Animal Welfare in Rural Africa. Is it Possible?

With the complex and multifaceted issues of rural Africa, one would think animals would be at the bottom of the totem pole. And as a whole, that may be true but in a small rural village in Malawi, the concept is becoming more and more familiar. Just One Humanity has implemented an animal welfare program in a few village of Salima, Malawi. The program received some interesting stares and laughs before inception but has proven to be quite successful. Christina Mashupiko, our Livestock Coordinator, has been instrumental in moving this program forward. She is kind and gentle and demonstrates proper handling, housing and medicine administration for all of the hens in our communities.

As part of our sustainable food program, we provide hens to families in need. Eggs provide a great amount of protein and nutritional value for the families. Because we care greatly for the hens we distribute, the families must first attend our training class taught by Christina and a local Veterinarian. Upon completion of training hens are distributed, ten to each family. Within one week hen housing must be constructed and approved by our team. In the first month, weekly visits are conducted to make sure the hens are doing well in their new homes and that no additional antibiotics are required. We record number of hens to ensure none are being sold, have passed away or killed. Our program does not allow for the hens to be killed for meat. We believe the hens will provide more for families by laying eggs in the long term rather than killing them for one meal.

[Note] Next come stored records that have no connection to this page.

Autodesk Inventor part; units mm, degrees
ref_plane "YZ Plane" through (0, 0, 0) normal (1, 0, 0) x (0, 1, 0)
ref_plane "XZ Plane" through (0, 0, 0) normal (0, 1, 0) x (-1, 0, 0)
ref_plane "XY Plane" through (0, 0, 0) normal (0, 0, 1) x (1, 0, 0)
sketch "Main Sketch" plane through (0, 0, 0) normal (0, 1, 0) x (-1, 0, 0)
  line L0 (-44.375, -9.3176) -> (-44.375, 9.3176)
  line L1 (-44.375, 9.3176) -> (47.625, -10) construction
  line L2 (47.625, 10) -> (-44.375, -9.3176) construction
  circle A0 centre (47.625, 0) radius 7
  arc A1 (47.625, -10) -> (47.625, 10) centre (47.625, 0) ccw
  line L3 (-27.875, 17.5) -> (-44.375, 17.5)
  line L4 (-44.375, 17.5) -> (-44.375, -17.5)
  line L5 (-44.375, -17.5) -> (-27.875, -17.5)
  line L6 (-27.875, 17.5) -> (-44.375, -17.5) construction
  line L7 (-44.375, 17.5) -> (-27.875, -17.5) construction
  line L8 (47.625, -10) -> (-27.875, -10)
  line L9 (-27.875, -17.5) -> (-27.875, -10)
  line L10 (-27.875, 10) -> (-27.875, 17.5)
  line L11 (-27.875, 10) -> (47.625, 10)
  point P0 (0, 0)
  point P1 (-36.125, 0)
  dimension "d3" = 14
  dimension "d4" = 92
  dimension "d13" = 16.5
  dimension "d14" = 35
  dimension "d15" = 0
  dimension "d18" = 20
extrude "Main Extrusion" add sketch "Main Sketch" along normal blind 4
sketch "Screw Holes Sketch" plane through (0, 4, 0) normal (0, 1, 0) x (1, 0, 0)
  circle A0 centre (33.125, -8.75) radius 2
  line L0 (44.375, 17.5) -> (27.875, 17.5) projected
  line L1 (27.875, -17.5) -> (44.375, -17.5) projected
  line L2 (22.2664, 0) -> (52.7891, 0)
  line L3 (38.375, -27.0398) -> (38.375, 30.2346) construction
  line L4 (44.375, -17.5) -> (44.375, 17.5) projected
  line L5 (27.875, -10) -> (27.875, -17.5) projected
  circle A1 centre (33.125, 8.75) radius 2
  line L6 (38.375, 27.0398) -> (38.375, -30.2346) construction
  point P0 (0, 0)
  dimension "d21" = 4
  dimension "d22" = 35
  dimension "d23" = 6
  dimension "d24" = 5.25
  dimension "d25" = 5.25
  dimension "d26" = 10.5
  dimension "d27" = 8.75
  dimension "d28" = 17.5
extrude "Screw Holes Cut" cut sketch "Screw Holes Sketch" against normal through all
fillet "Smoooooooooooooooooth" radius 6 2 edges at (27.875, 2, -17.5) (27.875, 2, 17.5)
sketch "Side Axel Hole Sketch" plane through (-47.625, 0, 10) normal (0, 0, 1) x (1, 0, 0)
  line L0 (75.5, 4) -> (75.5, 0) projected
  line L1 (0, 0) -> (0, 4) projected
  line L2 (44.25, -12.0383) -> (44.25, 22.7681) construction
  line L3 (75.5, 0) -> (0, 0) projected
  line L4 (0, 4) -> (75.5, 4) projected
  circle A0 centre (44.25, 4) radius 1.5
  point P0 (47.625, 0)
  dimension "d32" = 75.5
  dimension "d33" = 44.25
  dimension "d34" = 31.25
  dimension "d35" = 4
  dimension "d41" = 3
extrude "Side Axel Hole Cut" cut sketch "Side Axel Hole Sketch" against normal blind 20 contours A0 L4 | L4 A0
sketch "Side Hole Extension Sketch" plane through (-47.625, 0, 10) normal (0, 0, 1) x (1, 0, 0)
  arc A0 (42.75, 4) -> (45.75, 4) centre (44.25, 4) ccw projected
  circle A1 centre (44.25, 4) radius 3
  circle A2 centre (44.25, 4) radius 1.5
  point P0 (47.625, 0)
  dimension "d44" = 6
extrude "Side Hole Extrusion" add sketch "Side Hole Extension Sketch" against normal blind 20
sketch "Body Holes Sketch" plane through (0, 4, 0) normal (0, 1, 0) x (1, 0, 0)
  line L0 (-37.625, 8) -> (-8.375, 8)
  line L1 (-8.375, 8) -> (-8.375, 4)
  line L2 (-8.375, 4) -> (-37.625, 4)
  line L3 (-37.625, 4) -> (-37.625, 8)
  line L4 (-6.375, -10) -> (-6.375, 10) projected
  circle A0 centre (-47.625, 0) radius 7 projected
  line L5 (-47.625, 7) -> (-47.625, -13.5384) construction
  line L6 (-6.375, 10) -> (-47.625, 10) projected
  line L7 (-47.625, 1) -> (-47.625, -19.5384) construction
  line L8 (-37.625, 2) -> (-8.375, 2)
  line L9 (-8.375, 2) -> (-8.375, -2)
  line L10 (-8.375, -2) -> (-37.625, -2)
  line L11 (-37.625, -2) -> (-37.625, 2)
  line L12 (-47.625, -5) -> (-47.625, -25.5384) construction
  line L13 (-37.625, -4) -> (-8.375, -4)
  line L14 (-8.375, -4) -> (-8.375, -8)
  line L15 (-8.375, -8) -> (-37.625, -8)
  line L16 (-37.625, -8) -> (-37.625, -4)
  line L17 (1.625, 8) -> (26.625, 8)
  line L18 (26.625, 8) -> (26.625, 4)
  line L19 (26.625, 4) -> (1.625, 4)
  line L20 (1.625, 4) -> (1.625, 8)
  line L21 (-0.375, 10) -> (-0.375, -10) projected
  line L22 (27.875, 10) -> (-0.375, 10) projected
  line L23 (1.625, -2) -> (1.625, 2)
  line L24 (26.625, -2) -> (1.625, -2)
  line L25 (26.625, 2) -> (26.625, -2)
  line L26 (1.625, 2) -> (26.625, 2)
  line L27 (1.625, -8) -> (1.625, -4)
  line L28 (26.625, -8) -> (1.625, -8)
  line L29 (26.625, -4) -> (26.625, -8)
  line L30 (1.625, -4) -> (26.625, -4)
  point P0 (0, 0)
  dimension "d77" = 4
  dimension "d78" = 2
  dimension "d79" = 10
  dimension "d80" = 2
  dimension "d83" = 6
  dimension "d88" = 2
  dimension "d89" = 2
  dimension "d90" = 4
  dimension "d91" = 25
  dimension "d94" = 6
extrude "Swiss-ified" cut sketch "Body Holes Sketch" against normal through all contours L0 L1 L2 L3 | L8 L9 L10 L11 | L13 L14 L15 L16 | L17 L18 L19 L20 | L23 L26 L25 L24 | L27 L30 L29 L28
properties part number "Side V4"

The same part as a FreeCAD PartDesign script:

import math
import FreeCAD as App
import Part
import Sketcher
from FreeCAD import Vector
Q = App.Units.Quantity


def edges_at(feature, points):
    """Names of the edges that pass closest to the given points."""
    edges = feature.Shape.Edges
    near = lambda p: min(range(len(edges)), key=lambda i: edges[i].distToShape(Part.Vertex(*p))[0])
    return sorted({f"Edge{near(p) + 1}" for p in points})


def add_polygon(sketch, points):
    """Adds a closed chain of lines whose ends are joined by coincident constraints."""
    first, n = sketch.GeometryCount, len(points)
    for a, b in zip(points, points[1:] + points[:1]):
        sketch.addGeometry(Part.LineSegment(App.Vector(*a, 0), App.Vector(*b, 0)), False)
    for i in range(n):
        sketch.addConstraint(Sketcher.Constraint("Coincident", first + i, 2, first + (i + 1) % n, 1))

doc = App.newDocument("Part")
params = doc.addObject("Spreadsheet::Sheet", "Params")
for row, (alias, value) in enumerate([
    ("sketch1_diameter", "14 mm"),
    ("sketch1_radius", "10 mm"),
    ("sketch1_height", "35 mm"),
    ("sketch1_width", "16.5 mm"),
    ("pad1_length", "4 mm"),
    ("sketch2_diameter", "4 mm"),
    ("fillet_radius", "6 mm"),
    ("sketch3_diameter", "3 mm"),
    ("pocket2_length", "20 mm"),
    ("sketch4_diameter", "6 mm"),
    ("sketch4_diameter2", "3 mm"),
    ("pad2_length", "20 mm"),
    ("sketch5_width", "25 mm"),
    ("sketch5_height", "4 mm"),
    ("sketch5_width2", "29.25 mm"),
], start=1):
    params.set(f"A{row}", alias)
    params.set(f"B{row}", "=" + value)
    params.setAlias(f"B{row}", alias)

body = doc.addObject("PartDesign::Body", "Body")

sketch1 = body.newObject("Sketcher::SketchObject", "Sketch")
sketch1.AttachmentSupport = (doc.getObject("XZ_Plane"), [""])
sketch1.MapMode = "FlatFace"
sketch1.addGeometry([
    Part.LineSegment(Vector(44, 18, 0), Vector(44, -18, 0)),
    Part.LineSegment(Vector(44, -18, 0), Vector(28, -18, 0)),
    Part.LineSegment(Vector(28, -18, 0), Vector(28, -10, 0)),
    Part.LineSegment(Vector(28, -10, 0), Vector(-48, -10, 0)),
    Part.ArcOfCircle(Part.Circle(Vector(-48, 0, 0), Vector(0, 0, 1), 10), math.radians(90), math.radians(270)),
    Part.LineSegment(Vector(-48, 10, 0), Vector(28, 10, 0)),
    Part.LineSegment(Vector(28, 10, 0), Vector(28, 18, 0)),
    Part.LineSegment(Vector(28, 18, 0), Vector(44, 18, 0)),
    Part.Circle(Vector(-48, 0, 0), Vector(0, 0, 1), 7),
], False)
sketch1.addConstraint([
    Sketcher.Constraint("Coincident", 0, 2, 1, 1),
    Sketcher.Constraint("Coincident", 1, 2, 2, 1),
    Sketcher.Constraint("Coincident", 2, 2, 3, 1),
    Sketcher.Constraint("Tangent", 3, 2, 4, 2),
    Sketcher.Constraint("Tangent", 4, 1, 5, 1),
    Sketcher.Constraint("Coincident", 5, 2, 6, 1),
    Sketcher.Constraint("Coincident", 6, 2, 7, 1),
    Sketcher.Constraint("Coincident", 7, 2, 0, 1),
    Sketcher.Constraint("Vertical", 0),
    Sketcher.Constraint("Horizontal", 1),
    Sketcher.Constraint("Vertical", 2),
    Sketcher.Constraint("Horizontal", 3),
    Sketcher.Constraint("Horizontal", 5),
    Sketcher.Constraint("Vertical", 6),
    Sketcher.Constraint("Horizontal", 7),
    Sketcher.Constraint("Coincident", 8, 3, 4, 3),
    Sketcher.Constraint("Symmetric", 2, 2, 5, 2, -1),
    Sketcher.Constraint("Equal", 2, 6),
    Sketcher.Constraint("Diameter", 8, Q("14 mm")),
    Sketcher.Constraint("Radius", 4, Q("10 mm")),
    Sketcher.Constraint("DistanceY", 0, 2, 0, 1, Q("35 mm")),
    Sketcher.Constraint("DistanceX", 1, 2, 1, 1, Q("16.5 mm")),
    Sketcher.Constraint("DistanceX", 4, 3, 0, 2, Q("92 mm")),
    Sketcher.Constraint("DistanceX", 4, 3, -1, 1, Q("47.625 mm")),
])
sketch1.setExpression("Constraints[18]", "Params.sketch1_diameter")
sketch1.setExpression("Constraints[19]", "Params.sketch1_radius")
sketch1.setExpression("Constraints[20]", "Params.sketch1_height")
sketch1.setExpression("Constraints[21]", "Params.sketch1_width")
pad1 = body.newObject("PartDesign::Pad", "Pad")
pad1.Profile = sketch1
pad1.setExpression("Length", "Params.pad1_length")
pad1.Reversed = True

sketch2 = body.newObject("Sketcher::SketchObject", "Sketch001")
sketch2.AttachmentSupport = (doc.getObject("XZ_Plane"), [""])
sketch2.MapMode = "FlatFace"
sketch2.AttachmentOffset = App.Placement(Vector(0, 0, -4), App.Rotation())
sketch2.addGeometry([
    Part.Circle(Vector(33.1, 8.8, 0), Vector(0, 0, 1), 2),
    Part.Circle(Vector(33.1, -8.8, 0), Vector(0, 0, 1), 2),
], False)
sketch2.addConstraint([
    Sketcher.Constraint("Equal", 0, 1),
    Sketcher.Constraint("Symmetric", 0, 3, 1, 3, -1),
    Sketcher.Constraint("Diameter", 0, Q("4 mm")),
    Sketcher.Constraint("DistanceY", 1, 3, 0, 3, Q("17.5 mm")),
    Sketcher.Constraint("DistanceX", -1, 1, 0, 3, Q("33.125 mm")),
])
sketch2.setExpression("Constraints[2]", "Params.sketch2_diameter")
pocket1 = body.newObject("PartDesign::Pocket", "Pocket")
pocket1.Profile = sketch2
pocket1.Type = "ThroughAll"
pocket1.Reversed = True
doc.recompute()

fillet = body.newObject("PartDesign::Fillet", "Fillet")
fillet.Base = (pocket1, edges_at(pocket1, [(27.875, 2, -17.5), (27.875, 2, 17.5)]))
fillet.setExpression("Radius", "Params.fillet_radius")

sketch3 = body.newObject("Sketcher::SketchObject", "Sketch002")
sketch3.AttachmentSupport = (doc.getObject("XY_Plane"), [""])
sketch3.MapMode = "FlatFace"
sketch3.AttachmentOffset = App.Placement(Vector(0, 0, 10), App.Rotation())
sketch3.addGeometry(Part.Circle(Vector(-3.4, 4, 0), Vector(0, 0, 1), 1.5), False)
sketch3.addConstraint([
    Sketcher.Constraint("Diameter", 0, Q("3 mm")),
    Sketcher.Constraint("DistanceY", -1, 1, 0, 3, Q("4 mm")),
    Sketcher.Constraint("DistanceX", 0, 3, -1, 1, Q("3.375 mm")),
])
sketch3.setExpression("Constraints[0]", "Params.sketch3_diameter")
pocket2 = body.newObject("PartDesign::Pocket", "Pocket001")
pocket2.Profile = sketch3
pocket2.setExpression("Length", "Params.pocket2_length")

sketch4 = body.newObject("Sketcher::SketchObject", "Sketch003")
sketch4.AttachmentSupport = (doc.getObject("XY_Plane"), [""])
sketch4.MapMode = "FlatFace"
sketch4.AttachmentOffset = App.Placement(Vector(0, 0, 10), App.Rotation())
sketch4.addGeometry([
    Part.Circle(Vector(-3.4, 4, 0), Vector(0, 0, 1), 3),
    Part.Circle(Vector(-3.4, 4, 0), Vector(0, 0, 1), 1.5),
], False)
sketch4.addConstraint([
    Sketcher.Constraint("Coincident", 1, 3, 0, 3),
    Sketcher.Constraint("Diameter", 0, Q("6 mm")),
    Sketcher.Constraint("Diameter", 1, Q("3 mm")),
    Sketcher.Constraint("DistanceY", -1, 1, 0, 3, Q("4 mm")),
    Sketcher.Constraint("DistanceX", 0, 3, -1, 1, Q("3.375 mm")),
])
sketch4.setExpression("Constraints[1]", "Params.sketch4_diameter")
sketch4.setExpression("Constraints[2]", "Params.sketch4_diameter2")
pad2 = body.newObject("PartDesign::Pad", "Pad001")
pad2.Profile = sketch4
pad2.setExpression("Length", "Params.pad2_length")
pad2.Reversed = True

sketch5 = body.newObject("Sketcher::SketchObject", "Sketch004")
sketch5.AttachmentSupport = (doc.getObject("XZ_Plane"), [""])
sketch5.MapMode = "FlatFace"
sketch5.AttachmentOffset = App.Placement(Vector(0, 0, -4), App.Rotation())
add_polygon(sketch5, [(-8.4, -8), (-37.6, -8), (-37.6, -4), (-8.4, -4)])
add_polygon(sketch5, [(-8.4, -2), (-37.6, -2), (-37.6, 2), (-8.4, 2)])
add_polygon(sketch5, [(-8.4, 4), (-37.6, 4), (-37.6, 8), (-8.4, 8)])
add_polygon(sketch5, [(26.6, -8), (1.6, -8), (1.6, -4), (26.6, -4)])
add_polygon(sketch5, [(1.6, -2), (1.6, 2), (26.6, 2), (26.6, -2)])
add_polygon(sketch5, [(1.6, 4), (1.6, 8), (26.6, 8), (26.6, 4)])
sketch5.addConstraint([
    Sketcher.Constraint("Horizontal", 0),
    Sketcher.Constraint("Vertical", 1),
    Sketcher.Constraint("Horizontal", 2),
    Sketcher.Constraint("Vertical", 3),
    Sketcher.Constraint("Horizontal", 4),
    Sketcher.Constraint("Vertical", 5),
    Sketcher.Constraint("Horizontal", 6),
    Sketcher.Constraint("Vertical", 7),
    Sketcher.Constraint("Horizontal", 8),
    Sketcher.Constraint("Vertical", 9),
    Sketcher.Constraint("Horizontal", 10),
    Sketcher.Constraint("Vertical", 11),
    Sketcher.Constraint("Horizontal", 12),
    Sketcher.Constraint("Vertical", 13),
    Sketcher.Constraint("Horizontal", 14),
    Sketcher.Constraint("Vertical", 15),
    Sketcher.Constraint("Vertical", 16),
    Sketcher.Constraint("Horizontal", 17),
    Sketcher.Constraint("Vertical", 18),
    Sketcher.Constraint("Horizontal", 19),
    Sketcher.Constraint("Vertical", 20),
    Sketcher.Constraint("Horizontal", 21),
    Sketcher.Constraint("Vertical", 22),
    Sketcher.Constraint("Horizontal", 23),
    Sketcher.Constraint("Symmetric", 1, 2, 8, 2, -1),
    Sketcher.Constraint("Symmetric", 3, 2, 10, 2, -1),
    Sketcher.Constraint("Symmetric", 12, 2, 20, 2, -1),
    Sketcher.Constraint("Symmetric", 14, 2, 22, 2, -1),
    Sketcher.Constraint("Horizontal", 3, 2, 12, 2),
    Sketcher.Constraint("Horizontal", 2, 2, 13, 2),
    Sketcher.Constraint("Horizontal", 6, 2, 16, 2),
    Sketcher.Constraint("Horizontal", 7, 2, 18, 2),
    Sketcher.Constraint("Vertical", 1, 2, 4, 2),
    Sketcher.Constraint("Vertical", 3, 2, 6, 2),
    Sketcher.Constraint("Vertical", 13, 2, 16, 2),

Animal welfare may seem like a difficult subject when poverty is so extreme and daily survival is the main concern. But, with the right team and program in place, it is possible. We have already noticed a shift within the communities and their handling of the hens. The families really respect Christina’s work and take her training seriously. Welfare for hens is just the beginning. We plan to expand this program for goats, cattle, pigs and even stray dogs and cats.